1–1½ cups pineapple or mango (or a mix), cut into bite-sized chunks
2–3 tbsp Spicy Coconut PODI
Salt, to taste
Small handful fresh cilantro
Small handful fresh cilantro leaves
(optional but highly recommended) Crunchy Tempering: 1 tbsp oil, 1 tsp mustard seeds, 1 tsp cumin seeds, 2–3 tbsp raw peanuts, 1–2 tbsp chana dal or urad dal
✦ Instructions
Heat a hot pan with little to no oil and sear the pineapple or mango pieces for 30–60 seconds per side until lightly golden at the edges but still fresh inside. Remove and set aside.
Cook the shrimp either by searing them separately in a hot pan with a little oil for about 2 minutes per side until just cooked through, or by cooking them directly in the wok later with the rice.

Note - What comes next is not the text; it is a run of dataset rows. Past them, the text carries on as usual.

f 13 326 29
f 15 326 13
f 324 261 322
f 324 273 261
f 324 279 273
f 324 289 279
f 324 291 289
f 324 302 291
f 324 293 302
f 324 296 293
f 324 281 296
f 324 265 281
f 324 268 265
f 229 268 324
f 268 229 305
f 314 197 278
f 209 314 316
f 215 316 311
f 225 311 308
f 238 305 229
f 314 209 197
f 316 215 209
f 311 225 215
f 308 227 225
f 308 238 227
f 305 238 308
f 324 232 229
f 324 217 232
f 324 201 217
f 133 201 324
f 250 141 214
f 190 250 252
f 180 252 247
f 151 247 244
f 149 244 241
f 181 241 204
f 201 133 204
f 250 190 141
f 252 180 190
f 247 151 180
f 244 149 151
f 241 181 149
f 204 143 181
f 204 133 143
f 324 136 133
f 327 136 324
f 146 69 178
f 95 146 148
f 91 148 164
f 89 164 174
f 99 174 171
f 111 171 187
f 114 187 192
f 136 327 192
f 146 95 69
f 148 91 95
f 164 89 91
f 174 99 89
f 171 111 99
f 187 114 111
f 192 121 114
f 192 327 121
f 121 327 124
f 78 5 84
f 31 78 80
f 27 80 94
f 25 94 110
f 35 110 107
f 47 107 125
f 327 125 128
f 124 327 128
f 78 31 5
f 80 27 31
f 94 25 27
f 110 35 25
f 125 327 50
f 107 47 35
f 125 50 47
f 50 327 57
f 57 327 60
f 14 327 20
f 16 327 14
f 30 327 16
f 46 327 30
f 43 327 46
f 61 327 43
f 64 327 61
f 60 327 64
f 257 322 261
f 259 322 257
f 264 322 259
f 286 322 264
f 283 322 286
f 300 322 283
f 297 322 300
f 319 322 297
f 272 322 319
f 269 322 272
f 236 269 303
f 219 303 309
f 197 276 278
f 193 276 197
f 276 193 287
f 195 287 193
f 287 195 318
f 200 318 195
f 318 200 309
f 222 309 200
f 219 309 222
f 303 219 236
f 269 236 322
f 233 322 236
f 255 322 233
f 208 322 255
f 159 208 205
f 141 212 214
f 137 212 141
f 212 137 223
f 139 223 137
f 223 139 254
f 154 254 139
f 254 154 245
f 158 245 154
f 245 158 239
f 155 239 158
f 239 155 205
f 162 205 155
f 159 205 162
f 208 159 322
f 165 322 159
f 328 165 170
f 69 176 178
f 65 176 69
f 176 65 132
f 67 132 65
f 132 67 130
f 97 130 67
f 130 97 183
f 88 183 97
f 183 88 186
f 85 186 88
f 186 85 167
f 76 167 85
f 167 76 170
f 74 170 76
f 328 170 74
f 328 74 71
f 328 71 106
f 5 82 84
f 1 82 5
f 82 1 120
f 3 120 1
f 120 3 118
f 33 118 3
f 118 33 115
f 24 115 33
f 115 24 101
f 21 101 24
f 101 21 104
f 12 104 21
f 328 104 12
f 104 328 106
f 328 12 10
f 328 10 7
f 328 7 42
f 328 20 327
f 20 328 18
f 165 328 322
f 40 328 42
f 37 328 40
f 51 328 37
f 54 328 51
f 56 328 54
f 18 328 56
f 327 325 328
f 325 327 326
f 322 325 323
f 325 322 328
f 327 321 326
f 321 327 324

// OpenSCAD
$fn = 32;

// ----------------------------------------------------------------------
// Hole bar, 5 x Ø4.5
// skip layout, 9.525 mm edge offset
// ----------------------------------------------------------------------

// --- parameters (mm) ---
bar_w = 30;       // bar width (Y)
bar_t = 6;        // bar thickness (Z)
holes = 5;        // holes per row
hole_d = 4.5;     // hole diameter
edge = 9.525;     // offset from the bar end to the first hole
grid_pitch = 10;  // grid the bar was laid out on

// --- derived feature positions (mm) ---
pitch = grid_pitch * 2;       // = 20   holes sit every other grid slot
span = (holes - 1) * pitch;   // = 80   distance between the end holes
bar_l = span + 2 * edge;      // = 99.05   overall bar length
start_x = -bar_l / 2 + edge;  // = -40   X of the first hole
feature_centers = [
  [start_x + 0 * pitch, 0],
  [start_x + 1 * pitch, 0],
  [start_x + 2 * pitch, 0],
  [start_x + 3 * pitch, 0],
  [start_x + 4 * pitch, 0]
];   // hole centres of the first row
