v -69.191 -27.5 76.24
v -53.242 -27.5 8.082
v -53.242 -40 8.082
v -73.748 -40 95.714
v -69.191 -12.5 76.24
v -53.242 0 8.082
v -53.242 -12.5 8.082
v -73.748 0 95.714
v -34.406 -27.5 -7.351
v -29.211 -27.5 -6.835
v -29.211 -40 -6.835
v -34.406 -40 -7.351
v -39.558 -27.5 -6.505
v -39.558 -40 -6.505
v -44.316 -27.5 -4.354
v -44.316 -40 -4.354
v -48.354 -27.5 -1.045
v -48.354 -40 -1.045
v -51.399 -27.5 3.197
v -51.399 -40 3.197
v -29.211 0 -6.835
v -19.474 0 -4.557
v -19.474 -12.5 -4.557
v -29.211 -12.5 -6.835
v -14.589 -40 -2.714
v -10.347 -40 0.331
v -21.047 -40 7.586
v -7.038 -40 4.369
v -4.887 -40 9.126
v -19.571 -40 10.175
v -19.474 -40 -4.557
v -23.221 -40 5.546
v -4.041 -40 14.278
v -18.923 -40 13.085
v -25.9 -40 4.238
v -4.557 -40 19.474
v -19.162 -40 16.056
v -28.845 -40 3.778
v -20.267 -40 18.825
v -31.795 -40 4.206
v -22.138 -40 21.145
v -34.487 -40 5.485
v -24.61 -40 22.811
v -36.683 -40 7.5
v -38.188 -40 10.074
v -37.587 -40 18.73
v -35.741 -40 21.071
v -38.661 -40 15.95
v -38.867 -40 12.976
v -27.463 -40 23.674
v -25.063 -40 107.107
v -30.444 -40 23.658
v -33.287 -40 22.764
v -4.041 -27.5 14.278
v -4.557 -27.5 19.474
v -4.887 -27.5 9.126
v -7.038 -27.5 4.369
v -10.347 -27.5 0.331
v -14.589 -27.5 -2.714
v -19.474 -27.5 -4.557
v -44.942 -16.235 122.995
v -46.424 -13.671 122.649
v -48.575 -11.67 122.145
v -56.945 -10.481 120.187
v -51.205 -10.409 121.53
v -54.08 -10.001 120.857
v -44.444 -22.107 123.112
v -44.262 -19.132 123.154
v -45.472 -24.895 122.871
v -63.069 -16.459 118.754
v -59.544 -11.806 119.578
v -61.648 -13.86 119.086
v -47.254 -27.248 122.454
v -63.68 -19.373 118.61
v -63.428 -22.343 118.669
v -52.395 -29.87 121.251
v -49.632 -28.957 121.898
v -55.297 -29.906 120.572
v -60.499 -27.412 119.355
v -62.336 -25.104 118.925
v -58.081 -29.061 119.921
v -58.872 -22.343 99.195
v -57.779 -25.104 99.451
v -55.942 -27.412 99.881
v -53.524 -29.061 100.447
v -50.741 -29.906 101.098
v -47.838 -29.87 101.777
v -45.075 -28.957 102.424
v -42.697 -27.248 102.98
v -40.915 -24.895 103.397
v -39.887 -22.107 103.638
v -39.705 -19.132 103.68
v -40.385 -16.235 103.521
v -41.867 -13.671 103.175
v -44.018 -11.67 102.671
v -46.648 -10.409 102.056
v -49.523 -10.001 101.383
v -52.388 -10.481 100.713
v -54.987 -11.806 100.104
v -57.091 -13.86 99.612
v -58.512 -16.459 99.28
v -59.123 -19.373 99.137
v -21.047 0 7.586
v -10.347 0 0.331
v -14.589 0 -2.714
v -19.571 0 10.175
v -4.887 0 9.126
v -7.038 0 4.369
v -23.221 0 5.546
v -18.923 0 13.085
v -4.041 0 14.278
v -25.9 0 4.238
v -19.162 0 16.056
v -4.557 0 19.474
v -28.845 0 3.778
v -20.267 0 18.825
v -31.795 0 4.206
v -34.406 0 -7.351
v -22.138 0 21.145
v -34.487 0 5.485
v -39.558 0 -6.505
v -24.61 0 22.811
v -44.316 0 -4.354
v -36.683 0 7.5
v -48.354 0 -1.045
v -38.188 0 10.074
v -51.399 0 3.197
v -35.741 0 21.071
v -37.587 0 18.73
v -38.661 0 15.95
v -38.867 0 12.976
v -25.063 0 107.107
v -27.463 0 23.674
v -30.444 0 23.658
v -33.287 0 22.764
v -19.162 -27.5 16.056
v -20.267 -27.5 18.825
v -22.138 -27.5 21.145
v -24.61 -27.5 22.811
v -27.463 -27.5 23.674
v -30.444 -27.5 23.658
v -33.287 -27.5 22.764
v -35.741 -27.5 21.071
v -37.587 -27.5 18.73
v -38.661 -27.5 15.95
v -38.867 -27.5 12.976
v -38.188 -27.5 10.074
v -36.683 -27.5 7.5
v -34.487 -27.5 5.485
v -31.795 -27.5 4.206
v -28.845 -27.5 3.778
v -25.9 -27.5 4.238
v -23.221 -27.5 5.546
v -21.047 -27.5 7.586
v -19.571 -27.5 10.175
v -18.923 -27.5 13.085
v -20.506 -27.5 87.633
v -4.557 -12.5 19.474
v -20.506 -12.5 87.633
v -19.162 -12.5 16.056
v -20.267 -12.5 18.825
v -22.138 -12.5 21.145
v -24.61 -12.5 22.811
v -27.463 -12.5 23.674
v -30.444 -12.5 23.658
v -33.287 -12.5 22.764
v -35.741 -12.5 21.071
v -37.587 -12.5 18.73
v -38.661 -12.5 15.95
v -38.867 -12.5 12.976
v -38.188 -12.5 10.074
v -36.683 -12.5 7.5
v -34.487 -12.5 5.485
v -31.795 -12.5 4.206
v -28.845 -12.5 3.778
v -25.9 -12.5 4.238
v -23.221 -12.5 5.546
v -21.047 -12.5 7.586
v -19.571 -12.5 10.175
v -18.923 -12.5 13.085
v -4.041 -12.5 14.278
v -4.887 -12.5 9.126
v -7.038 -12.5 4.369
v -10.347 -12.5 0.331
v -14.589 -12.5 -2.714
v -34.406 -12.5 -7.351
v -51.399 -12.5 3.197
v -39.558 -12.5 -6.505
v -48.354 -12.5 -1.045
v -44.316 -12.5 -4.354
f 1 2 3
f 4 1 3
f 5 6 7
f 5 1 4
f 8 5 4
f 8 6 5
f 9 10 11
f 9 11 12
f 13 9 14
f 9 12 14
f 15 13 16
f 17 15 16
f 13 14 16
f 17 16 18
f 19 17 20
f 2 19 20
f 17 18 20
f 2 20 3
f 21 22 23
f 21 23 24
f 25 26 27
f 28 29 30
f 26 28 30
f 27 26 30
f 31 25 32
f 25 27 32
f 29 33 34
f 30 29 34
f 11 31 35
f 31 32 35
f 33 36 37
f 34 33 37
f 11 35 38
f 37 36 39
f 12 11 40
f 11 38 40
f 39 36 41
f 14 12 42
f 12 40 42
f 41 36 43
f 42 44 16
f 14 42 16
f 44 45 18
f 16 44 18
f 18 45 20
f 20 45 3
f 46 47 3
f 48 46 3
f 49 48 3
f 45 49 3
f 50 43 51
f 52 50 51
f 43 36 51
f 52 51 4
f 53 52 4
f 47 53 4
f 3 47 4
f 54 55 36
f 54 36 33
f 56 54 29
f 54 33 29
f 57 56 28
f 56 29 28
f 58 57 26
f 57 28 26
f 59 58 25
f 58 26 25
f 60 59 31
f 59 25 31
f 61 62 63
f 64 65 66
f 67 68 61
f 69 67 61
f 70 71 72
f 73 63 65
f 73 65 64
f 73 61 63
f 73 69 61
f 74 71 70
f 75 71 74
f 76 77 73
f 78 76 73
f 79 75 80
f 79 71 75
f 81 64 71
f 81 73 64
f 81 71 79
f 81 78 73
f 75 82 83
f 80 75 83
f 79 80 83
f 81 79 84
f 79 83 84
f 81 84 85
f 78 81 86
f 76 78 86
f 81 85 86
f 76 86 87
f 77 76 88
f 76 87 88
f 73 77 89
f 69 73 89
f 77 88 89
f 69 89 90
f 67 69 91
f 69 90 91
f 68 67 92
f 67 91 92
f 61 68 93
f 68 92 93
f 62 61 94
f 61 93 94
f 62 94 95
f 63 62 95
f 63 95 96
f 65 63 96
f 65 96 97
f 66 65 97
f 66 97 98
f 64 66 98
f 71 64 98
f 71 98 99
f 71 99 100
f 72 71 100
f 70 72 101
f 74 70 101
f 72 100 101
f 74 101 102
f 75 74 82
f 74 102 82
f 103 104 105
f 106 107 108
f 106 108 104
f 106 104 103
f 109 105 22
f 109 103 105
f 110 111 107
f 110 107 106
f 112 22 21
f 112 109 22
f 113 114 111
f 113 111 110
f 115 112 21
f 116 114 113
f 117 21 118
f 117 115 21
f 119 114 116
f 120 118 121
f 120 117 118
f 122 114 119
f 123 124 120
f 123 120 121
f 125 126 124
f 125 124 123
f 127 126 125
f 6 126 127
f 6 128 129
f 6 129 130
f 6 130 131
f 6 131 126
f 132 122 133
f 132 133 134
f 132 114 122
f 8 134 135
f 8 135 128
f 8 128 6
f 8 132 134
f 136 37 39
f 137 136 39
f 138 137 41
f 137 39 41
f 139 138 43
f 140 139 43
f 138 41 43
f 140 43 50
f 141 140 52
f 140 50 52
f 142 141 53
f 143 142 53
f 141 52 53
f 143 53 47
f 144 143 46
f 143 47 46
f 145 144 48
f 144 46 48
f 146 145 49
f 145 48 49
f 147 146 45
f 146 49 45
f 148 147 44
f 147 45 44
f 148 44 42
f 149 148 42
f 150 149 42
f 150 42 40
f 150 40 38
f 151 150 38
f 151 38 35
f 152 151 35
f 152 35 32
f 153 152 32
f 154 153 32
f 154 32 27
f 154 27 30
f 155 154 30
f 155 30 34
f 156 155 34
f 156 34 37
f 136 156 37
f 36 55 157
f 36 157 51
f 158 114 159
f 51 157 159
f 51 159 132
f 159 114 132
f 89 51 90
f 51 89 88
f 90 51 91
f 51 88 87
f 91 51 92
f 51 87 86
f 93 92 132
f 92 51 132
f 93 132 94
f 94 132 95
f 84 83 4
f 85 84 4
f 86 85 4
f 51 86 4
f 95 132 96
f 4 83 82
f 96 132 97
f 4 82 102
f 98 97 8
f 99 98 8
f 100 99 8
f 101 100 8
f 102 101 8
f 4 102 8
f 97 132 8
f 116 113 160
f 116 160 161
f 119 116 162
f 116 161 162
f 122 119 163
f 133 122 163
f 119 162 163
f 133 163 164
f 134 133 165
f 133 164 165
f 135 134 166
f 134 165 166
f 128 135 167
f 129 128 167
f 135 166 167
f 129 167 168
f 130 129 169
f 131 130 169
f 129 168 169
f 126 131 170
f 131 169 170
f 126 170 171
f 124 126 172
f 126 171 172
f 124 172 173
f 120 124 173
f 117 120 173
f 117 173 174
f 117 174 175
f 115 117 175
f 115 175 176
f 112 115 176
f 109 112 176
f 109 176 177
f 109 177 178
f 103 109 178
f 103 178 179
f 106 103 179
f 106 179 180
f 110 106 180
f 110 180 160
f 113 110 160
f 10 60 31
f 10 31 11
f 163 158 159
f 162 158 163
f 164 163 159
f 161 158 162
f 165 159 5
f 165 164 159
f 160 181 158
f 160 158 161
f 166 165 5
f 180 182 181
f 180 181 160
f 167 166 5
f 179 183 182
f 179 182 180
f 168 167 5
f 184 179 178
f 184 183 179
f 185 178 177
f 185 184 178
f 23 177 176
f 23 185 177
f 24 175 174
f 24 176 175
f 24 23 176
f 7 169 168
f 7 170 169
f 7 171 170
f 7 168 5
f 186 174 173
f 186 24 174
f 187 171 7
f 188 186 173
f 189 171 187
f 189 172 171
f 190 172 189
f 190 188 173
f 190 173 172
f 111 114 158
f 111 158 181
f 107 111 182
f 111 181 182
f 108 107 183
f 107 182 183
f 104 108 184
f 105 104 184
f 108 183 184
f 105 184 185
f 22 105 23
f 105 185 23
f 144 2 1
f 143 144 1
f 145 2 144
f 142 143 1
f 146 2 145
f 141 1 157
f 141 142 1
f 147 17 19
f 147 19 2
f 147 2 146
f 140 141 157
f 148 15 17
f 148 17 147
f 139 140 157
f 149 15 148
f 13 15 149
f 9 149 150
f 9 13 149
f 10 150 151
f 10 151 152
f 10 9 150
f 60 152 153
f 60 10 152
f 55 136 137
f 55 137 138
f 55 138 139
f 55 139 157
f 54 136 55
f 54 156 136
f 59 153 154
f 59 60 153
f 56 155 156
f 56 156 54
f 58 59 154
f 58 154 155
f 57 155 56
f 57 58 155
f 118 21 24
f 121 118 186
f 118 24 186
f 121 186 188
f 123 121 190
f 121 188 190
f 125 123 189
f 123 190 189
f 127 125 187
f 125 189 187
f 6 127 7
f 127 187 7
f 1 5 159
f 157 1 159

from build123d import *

# Parameters (mm, degrees)
SKETCH9_W           = 50
SKETCH9_H           = 110
BOSS_EXTRUDE3_DEPTH = 40
CUT_EXTRUDE4_DEPTH  = 90
FILLET2_R           = 20
SKETCH15_R          = 10
CUT_EXTRUDE5_DEPTH  = 41
SKETCH22_R          = 10
BOSS_EXTRUDE4_DEPTH = 20


with BuildPart() as part:
    # Sketch9 → Boss-Extrude3 (new body)
    with BuildSketch(Plane(origin=(-33.280188112, 0, 144.42881153), x_dir=(-0.973697035, 0, -0.227846622), z_dir=(0, 1, 0))):
        with Locations((25.502796398, -93.212684061)):
            Rectangle(SKETCH9_W, SKETCH9_H)
    extrude(amount=-BOSS_EXTRUDE3_DEPTH)

    # Sketch14 → Cut-Extrude4 (cut)
    with BuildSketch(Plane(origin=(1.578968454, -248.415731332, 0.369481077), x_dir=(0.949498442, -0.221555699, 0.222184114), z_dir=(-0.227846622, 0, 0.973697035))):
        Polygon((-102.607181661, 218.615622522), (-99.28384617, 203.988406751), (-50.526460266, 215.066191719), (-53.849795757, 229.69340749), align=None)
    extrude(amount=CUT_EXTRUDE4_DEPTH, mode=Mode.SUBTRACT)

    # Fillet2
    fillet2_edges = [part.edges().sort_by_distance(p)[0] for p in [
        (0, -6.25, 0),
        (-48.684851767, -6.25, -11.392331125),
        (-48.684851767, -33.75, -11.392331125),
        (0, -33.75, 0),
    ]]
    fillet(fillet2_edges, radius=FILLET2_R)

    # Sketch15 → Cut-Extrude5 (cut, through all)
    with BuildSketch(Plane(origin=(0, -40, 0), x_dir=(0.973697035, 0, 0.227846622), z_dir=(0, -1, 0))):
        with Locations((-25, 20)):
            Circle(SKETCH15_R)
    extrude(amount=-CUT_EXTRUDE5_DEPTH, mode=Mode.SUBTRACT)

    # Sketch22 → Boss-Extrude4 (add)
    with BuildSketch(Plane(origin=(-24.856078548, -32.574722266, 107.155123892), x_dir=(-0.94660116, -0.234267522, -0.221506145), z_dir=(-0.227846622, 0, 0.973697035))):
        with Locations((21.565180907, -18.131298438)):
            Circle(SKETCH22_R)
    extrude(amount=BOSS_EXTRUDE4_DEPTH)


solid = part.part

Lightly season with salt and set aside if cooking separately.
Heat a wok or large pan over high heat and add oil. Add the cold rice and break up any clumps, tossing until heated through. Add the Spicy Coconut PODI and mix well so the rice is evenly coated. Taste and adjust salt if needed.
Fry shrimp in a separate pan and then add it to the wok of fried rice.

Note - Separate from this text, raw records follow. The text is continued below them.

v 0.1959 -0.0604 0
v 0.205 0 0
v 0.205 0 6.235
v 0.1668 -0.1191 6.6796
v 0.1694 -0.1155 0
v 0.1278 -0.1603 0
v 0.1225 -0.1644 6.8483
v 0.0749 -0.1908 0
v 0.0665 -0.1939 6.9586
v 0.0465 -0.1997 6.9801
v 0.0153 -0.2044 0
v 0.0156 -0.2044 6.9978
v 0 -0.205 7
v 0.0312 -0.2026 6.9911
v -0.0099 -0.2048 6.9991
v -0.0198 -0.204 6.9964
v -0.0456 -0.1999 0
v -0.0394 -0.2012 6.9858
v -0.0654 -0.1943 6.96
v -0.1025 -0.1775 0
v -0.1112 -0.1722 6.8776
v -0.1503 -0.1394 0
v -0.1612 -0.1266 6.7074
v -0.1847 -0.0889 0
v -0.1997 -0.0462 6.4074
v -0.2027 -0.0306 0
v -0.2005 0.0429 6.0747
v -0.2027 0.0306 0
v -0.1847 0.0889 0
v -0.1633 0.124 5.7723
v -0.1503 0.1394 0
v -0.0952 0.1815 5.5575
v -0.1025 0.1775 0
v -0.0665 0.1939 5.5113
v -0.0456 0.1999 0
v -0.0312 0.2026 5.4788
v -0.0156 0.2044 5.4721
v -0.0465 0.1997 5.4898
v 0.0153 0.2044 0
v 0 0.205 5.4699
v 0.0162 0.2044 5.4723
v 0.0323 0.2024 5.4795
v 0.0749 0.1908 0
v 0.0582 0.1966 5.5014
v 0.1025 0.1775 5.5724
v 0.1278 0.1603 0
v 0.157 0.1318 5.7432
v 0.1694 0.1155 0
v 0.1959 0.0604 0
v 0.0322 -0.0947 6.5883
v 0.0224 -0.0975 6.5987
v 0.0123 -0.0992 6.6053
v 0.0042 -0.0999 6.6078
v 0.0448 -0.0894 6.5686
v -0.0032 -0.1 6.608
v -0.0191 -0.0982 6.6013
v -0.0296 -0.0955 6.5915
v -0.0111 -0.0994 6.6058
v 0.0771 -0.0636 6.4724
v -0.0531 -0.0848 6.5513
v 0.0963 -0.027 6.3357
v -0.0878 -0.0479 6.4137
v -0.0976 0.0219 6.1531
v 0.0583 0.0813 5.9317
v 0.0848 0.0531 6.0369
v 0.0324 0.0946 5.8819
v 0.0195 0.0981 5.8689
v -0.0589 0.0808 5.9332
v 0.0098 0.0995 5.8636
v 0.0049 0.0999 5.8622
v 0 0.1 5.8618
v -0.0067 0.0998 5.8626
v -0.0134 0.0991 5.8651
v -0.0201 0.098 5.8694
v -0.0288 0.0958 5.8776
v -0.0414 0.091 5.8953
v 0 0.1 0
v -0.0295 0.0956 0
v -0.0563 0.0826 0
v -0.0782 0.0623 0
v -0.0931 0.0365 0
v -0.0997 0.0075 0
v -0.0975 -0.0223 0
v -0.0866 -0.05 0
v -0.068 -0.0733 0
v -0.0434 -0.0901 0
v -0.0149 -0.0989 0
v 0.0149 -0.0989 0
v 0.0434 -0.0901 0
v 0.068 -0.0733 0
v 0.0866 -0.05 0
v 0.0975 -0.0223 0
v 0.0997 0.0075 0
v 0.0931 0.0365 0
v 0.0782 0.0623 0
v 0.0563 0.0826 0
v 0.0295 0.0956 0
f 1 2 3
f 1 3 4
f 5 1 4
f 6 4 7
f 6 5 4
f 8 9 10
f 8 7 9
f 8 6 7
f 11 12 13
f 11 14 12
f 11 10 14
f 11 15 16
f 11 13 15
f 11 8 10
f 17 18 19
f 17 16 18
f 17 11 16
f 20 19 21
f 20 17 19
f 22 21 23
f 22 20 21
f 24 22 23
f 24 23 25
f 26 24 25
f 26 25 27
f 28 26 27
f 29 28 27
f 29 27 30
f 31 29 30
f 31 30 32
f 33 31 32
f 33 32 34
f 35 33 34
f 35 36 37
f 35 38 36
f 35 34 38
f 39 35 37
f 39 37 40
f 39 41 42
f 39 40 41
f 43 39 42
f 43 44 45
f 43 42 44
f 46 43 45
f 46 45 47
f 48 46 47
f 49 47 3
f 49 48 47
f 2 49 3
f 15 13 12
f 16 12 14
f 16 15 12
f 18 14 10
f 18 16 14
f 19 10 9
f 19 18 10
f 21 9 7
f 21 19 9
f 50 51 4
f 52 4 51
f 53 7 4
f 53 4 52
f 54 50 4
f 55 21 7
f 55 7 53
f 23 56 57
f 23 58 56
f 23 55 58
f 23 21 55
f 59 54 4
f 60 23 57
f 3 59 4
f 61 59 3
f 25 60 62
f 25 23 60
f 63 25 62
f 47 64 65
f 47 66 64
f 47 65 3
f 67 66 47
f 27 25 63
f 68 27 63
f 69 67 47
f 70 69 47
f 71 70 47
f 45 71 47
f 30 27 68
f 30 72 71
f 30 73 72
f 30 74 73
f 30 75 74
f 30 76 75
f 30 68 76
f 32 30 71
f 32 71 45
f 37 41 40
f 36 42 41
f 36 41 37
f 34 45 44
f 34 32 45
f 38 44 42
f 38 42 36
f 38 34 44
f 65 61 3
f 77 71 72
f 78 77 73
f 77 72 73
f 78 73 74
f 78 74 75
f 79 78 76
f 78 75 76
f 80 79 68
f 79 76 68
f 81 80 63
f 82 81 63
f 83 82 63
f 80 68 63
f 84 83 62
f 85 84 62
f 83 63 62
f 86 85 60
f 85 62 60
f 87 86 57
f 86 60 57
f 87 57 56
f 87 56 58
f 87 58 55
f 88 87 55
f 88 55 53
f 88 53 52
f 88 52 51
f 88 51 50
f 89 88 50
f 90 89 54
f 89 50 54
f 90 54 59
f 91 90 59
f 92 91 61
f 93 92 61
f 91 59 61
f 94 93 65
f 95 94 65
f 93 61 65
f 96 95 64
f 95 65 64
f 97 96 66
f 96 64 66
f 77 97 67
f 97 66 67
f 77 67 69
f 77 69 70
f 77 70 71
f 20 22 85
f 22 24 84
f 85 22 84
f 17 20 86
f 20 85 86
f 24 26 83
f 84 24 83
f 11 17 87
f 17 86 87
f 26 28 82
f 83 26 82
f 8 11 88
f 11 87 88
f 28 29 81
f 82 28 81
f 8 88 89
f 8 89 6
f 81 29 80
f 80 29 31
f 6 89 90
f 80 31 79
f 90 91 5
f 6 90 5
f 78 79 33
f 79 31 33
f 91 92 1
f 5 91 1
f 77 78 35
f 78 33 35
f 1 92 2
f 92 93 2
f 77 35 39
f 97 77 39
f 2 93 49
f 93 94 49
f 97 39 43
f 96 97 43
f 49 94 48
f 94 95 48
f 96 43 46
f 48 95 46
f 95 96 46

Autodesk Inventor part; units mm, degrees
ref_plane "YZ Plane" through (0, 0, 0) normal (1, 0, 0) x (0, 1, 0)
ref_plane "XZ Plane" through (0, 0, 0) normal (0, 1, 0) x (-1, 0, 0)
sketch "Sketch1" plane through (0, 0, 0) normal (0, 0, 1) x (1, 0, 0)
  circle A0 centre (0, 0) radius 0.205
  dimension "d0" = 0.41
extrude "Extrusion5" add sketch "Sketch1" along normal blind 7
hole "Hole2" at (0, 0, 0) direction (0, 0, 1) diameter 0.2 end through all
sketch "Sketch10" plane through (0, 0, 0) normal (1, 0, 0) x (0, 1, 0)
  line L0 (0, -1.6) -> (0, 9.6) projected
  line L1 (-0.205, 7) -> (0.205, 7) projected
  line L2 (0.205, 0) -> (0.205, 7) projected
  line L3 (-0.205, 7) -> (0.205, 5.4699)
  line L4 (0.205, 7) -> (-0.205, 7)
  line L5 (0.205, 5.4699) -> (0.205, 7)
  point P0 (0, 0)
  dimension "d52" = 15
  dimension "d53" = 1.5301
extrude "Extrusion6" cut sketch "Sketch10" along normal through all both and the other way through all
ref_plane "Work Plane1" through (0, -0.205, 7) normal (0, 0, -1) x (-1, 0, 0)
properties part number "Short_Needle"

Gently fold in the seared fruit and mix lightly so it stays intact. Remove from heat.
For the crunchy tempering/tadka, heat oil in a small pan. Add mustard seeds and let them pop, then add cumin seeds. Add peanuts and chana dal or urad dal and fry on medium heat, stirring continuously, until the peanuts are golden and the lentils are crisp and lightly browned.
Spoon the fried rice into serving bowls, scatter cilantro over the top, and finish with the hot tadka just before serving so it stays crunchy. Serve immediately.